Open sts1skj opened 2 years ago

sts1skj commented 2 years ago

I've come across a few shapes in NIF files where every triangle had its own vertices. The number of vertices was three times the number of triangles. Many, many vertices could be safely merged, reducing the vertex count by roughly a factor of three. Though the merge option on the move-vertex tool lets you merge vertices one at a time, it would be nice if this could be automated.

I've seen other shapes that have ridiculously many vertices in some areas, spaced quite closely together. I doubt these extremely detailed meshes really need all those vertices to provide a good shape. Eliminating a lot of those vertices would likely result in a mesh that looks exactly the same in the game.

So maybe a vertex-count reducer could be useful. It could look for trivially merge-able vertices and merge them. It could look for vertices whose position, position diffs, weights, and texture coordinates are so close to being the average of two neighboring vertices that eliminating the vertex gives an insignificant change in the mesh shape and texture mapping, no matter the slider values or pose.

The algorithm would probably need a "simplification distance" parameter. Points would only be eliminated if the new mesh would be within the simplification distance of the point (for all slider values and poses). It'd probably need a "texture simplification distance" parameter too.

I'm assuming, of course, that reducing the vertex count has a benefit in the game: smaller file, less main memory, less graphics memory. I don't know if these things actually matter.

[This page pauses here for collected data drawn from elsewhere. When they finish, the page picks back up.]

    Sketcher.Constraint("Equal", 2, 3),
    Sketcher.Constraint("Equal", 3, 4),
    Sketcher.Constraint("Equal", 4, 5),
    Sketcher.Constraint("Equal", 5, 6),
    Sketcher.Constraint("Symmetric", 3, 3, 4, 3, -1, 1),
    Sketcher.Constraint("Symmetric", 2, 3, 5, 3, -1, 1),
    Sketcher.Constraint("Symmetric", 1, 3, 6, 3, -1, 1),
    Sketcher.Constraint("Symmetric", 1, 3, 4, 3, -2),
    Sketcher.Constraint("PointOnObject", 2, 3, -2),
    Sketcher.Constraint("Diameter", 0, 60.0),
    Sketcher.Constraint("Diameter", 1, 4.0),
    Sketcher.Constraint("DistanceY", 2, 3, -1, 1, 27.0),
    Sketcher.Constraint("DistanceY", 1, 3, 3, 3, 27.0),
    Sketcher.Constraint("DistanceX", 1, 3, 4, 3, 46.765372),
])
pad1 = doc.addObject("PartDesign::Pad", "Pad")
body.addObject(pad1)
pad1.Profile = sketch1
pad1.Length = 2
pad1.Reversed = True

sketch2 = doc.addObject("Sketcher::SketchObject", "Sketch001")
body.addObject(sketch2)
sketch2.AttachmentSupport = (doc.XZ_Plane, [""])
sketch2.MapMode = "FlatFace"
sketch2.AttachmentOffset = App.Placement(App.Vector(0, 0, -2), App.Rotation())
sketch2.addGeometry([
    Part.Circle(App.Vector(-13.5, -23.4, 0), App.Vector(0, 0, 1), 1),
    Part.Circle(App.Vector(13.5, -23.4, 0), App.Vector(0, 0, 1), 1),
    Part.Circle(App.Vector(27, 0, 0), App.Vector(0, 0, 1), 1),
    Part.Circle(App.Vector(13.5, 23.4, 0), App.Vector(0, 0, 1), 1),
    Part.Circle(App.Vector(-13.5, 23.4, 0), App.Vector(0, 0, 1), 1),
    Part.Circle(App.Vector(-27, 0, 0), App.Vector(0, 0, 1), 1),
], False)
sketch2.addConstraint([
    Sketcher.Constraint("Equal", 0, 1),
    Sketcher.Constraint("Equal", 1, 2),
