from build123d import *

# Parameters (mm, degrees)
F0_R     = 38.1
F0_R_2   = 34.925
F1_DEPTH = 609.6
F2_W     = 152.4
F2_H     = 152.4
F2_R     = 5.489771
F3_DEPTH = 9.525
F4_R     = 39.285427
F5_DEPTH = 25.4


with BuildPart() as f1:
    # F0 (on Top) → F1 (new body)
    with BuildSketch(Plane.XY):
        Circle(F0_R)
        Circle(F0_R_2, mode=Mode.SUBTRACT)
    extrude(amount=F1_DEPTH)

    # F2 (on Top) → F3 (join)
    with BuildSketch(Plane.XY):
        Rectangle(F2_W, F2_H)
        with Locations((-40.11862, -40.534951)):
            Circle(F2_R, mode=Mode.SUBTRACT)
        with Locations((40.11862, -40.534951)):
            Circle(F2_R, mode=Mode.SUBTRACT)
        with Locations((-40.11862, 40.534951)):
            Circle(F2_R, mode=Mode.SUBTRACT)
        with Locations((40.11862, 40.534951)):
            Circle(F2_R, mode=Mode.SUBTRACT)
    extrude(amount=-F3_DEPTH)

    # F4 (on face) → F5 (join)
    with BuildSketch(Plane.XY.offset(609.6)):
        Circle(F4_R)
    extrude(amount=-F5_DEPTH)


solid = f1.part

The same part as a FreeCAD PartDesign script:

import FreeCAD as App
import Part
import Sketcher
from FreeCAD import Vector
Q = App.Units.Quantity


def add_polygon(sketch, points):
    """Adds a closed chain of lines whose ends are joined by coincident constraints."""
    first, n = sketch.GeometryCount, len(points)
    for a, b in zip(points, points[1:] + points[:1]):
        sketch.addGeometry(Part.LineSegment(App.Vector(*a, 0), App.Vector(*b, 0)), False)
    for i in range(n):
        sketch.addConstraint(Sketcher.Constraint("Coincident", first + i, 2, first + (i + 1) % n, 1))

doc = App.newDocument("Part")
params = doc.addObject("Spreadsheet::Sheet", "Params")
for row, (alias, value) in enumerate([
    ("sketch1_diameter", "3 in"),
    ("sketch1_diameter2", "2.75 in"),
    ("pad1_length", "24 in"),
    ("sketch2_width", "6 in"),
    ("pad2_length", "0.375 in"),
    ("pad3_length", "1 in"),
], start=1):
    params.set(f"A{row}", alias)
    params.set(f"B{row}", "=" + value)
    params.setAlias(f"B{row}", alias)

body = doc.addObject("PartDesign::Body", "Body")

# Sketch on XY plane
sketch1 = body.newObject("Sketcher::SketchObject", "Sketch")
sketch1.AttachmentSupport = (doc.getObject("XY_Plane"), [""])
sketch1.MapMode = "FlatFace"
sketch1.addGeometry(Part.Circle(Vector(0, 0, 0), Vector(0, 0, 1), 38.1), False)
sketch1.addGeometry(Part.Circle(Vector(0, 0, 0), Vector(0, 0, 1), 34.925), False)
sketch1.addConstraint(Sketcher.Constraint("Coincident", 0, 3, -1, 1))
sketch1.addConstraint(Sketcher.Constraint("Coincident", 1, 3, -1, 1))
sketch1.addConstraint(Sketcher.Constraint("Diameter", 0, Q("3 in")))
sketch1.addConstraint(Sketcher.Constraint("Diameter", 1, Q("2.75 in")))
sketch1.setExpression("Constraints[2]", "Params.sketch1_diameter")
sketch1.setExpression("Constraints[3]", "Params.sketch1_diameter2")
pad1 = body.newObject("PartDesign::Pad", "Pad")
pad1.Profile = sketch1
pad1.setExpression("Length", "Params.pad1_length")

# Sketch on XY plane
sketch2 = body.newObject("Sketcher::SketchObject", "Sketch001")
sketch2.AttachmentSupport = (doc.getObject("XY_Plane"), [""])
sketch2.MapMode = "FlatFace"
add_polygon(sketch2, [(-76.2, 76.2), (-76.2, -76.2), (76.2, -76.2), (76.2, 76.2)])  # lines 0-3
sketch2.addGeometry(Part.Circle(Vector(-40.11862, -40.534951, 0), Vector(0, 0, 1), 5.489771), False)  # 4
sketch2.addGeometry(Part.Circle(Vector(40.11862, -40.534951, 0), Vector(0, 0, 1), 5.489771), False)  # 5
sketch2.addGeometry(Part.Circle(Vector(-40.11862, 40.534951, 0), Vector(0, 0, 1), 5.489771), False)  # 6
sketch2.addGeometry(Part.Circle(Vector(40.11862, 40.534951, 0), Vector(0, 0, 1), 5.489771), False)  # 7
sketch2.addConstraint(Sketcher.Constraint("Vertical", 0))
sketch2.addConstraint(Sketcher.Constraint("Horizontal", 1))
sketch2.addConstraint(Sketcher.Constraint("Vertical", 2))
sketch2.addConstraint(Sketcher.Constraint("Horizontal", 3))
sketch2.addConstraint(Sketcher.Constraint("Equal", 4, 5))
sketch2.addConstraint(Sketcher.Constraint("Equal", 5, 6))
sketch2.addConstraint(Sketcher.Constraint("Equal", 6, 7))
sketch2.addConstraint(Sketcher.Constraint("Symmetric", 5, 3, 6, 3, -1, 1))
sketch2.addConstraint(Sketcher.Constraint("Symmetric", 4, 3, 7, 3, -1, 1))
sketch2.addConstraint(Sketcher.Constraint("Symmetric", 0, 2, 2, 2, -1, 1))
sketch2.addConstraint(Sketcher.Constraint("Symmetric", 4, 3, 5, 3, -2))
sketch2.addConstraint(Sketcher.Constraint("Equal", 3, 0))
sketch2.addConstraint(Sketcher.Constraint("DistanceX", 1, 1, 1, 2, Q("6 in")))
sketch2.addConstraint(Sketcher.Constraint("Diameter", 4, 10.979542))
sketch2.addConstraint(Sketcher.Constraint("DistanceY", 4, 3, 6, 3, 81.069902))
sketch2.addConstraint(Sketcher.Constraint("DistanceX", 4, 3, -1, 1, 40.11862))
sketch2.setExpression("Constraints[16]", "Params.sketch2_width")
pad2 = body.newObject("PartDesign::Pad", "Pad001")
pad2.Profile = sketch2
pad2.setExpression("Length", "Params.pad2_length")
pad2.Reversed = True

# Sketch on XY plane
sketch3 = body.newObject("Sketcher::SketchObject", "Sketch002")
sketch3.AttachmentSupport = (doc.getObject("XY_Plane"), [""])
sketch3.MapMode = "FlatFace"
sketch3.AttachmentOffset = App.Placement(Vector(0, 0, 24 * 25.4), App.Rotation())
sketch3.addGeometry(Part.Circle(Vector(0, 0, 0), Vector(0, 0, 1), 39.285427), False)
sketch3.addConstraint(Sketcher.Constraint("Coincident", 0, 3, -1, 1))
sketch3.addConstraint(Sketcher.Constraint("Diameter", 0, 78.570854))
pad3 = body.newObject("PartDesign::Pad", "Pad002")
pad3.Profile = sketch3
pad3.setExpression("Length", "Params.pad3_length")
pad3.Reversed = True

doc.recompute()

GrafPanzer commented 2 years ago

I think these functions could be useful, since simpler meshes use less resources, and any mesh over about 24k tris doesn't properly dismember in Fallout 4. If you implement these, I'd suggest limiting them to only the unmasked area of a mesh. They would be similar to the Merge By Distance, Decimate Geometry, and Limited Dissolve functions in Blender. It is important to keep all the original UV coordinates intact when performing these functions, as you mention. One problem in Blender is that algorithmic decimation doesn't look as nice as when it's done by hand. Instead of rows of nice triangulated quads, you tend to end up with meshes that look like the have flowers all over them (many faces originating from one vertex). Not sure if there's a way to avoid that.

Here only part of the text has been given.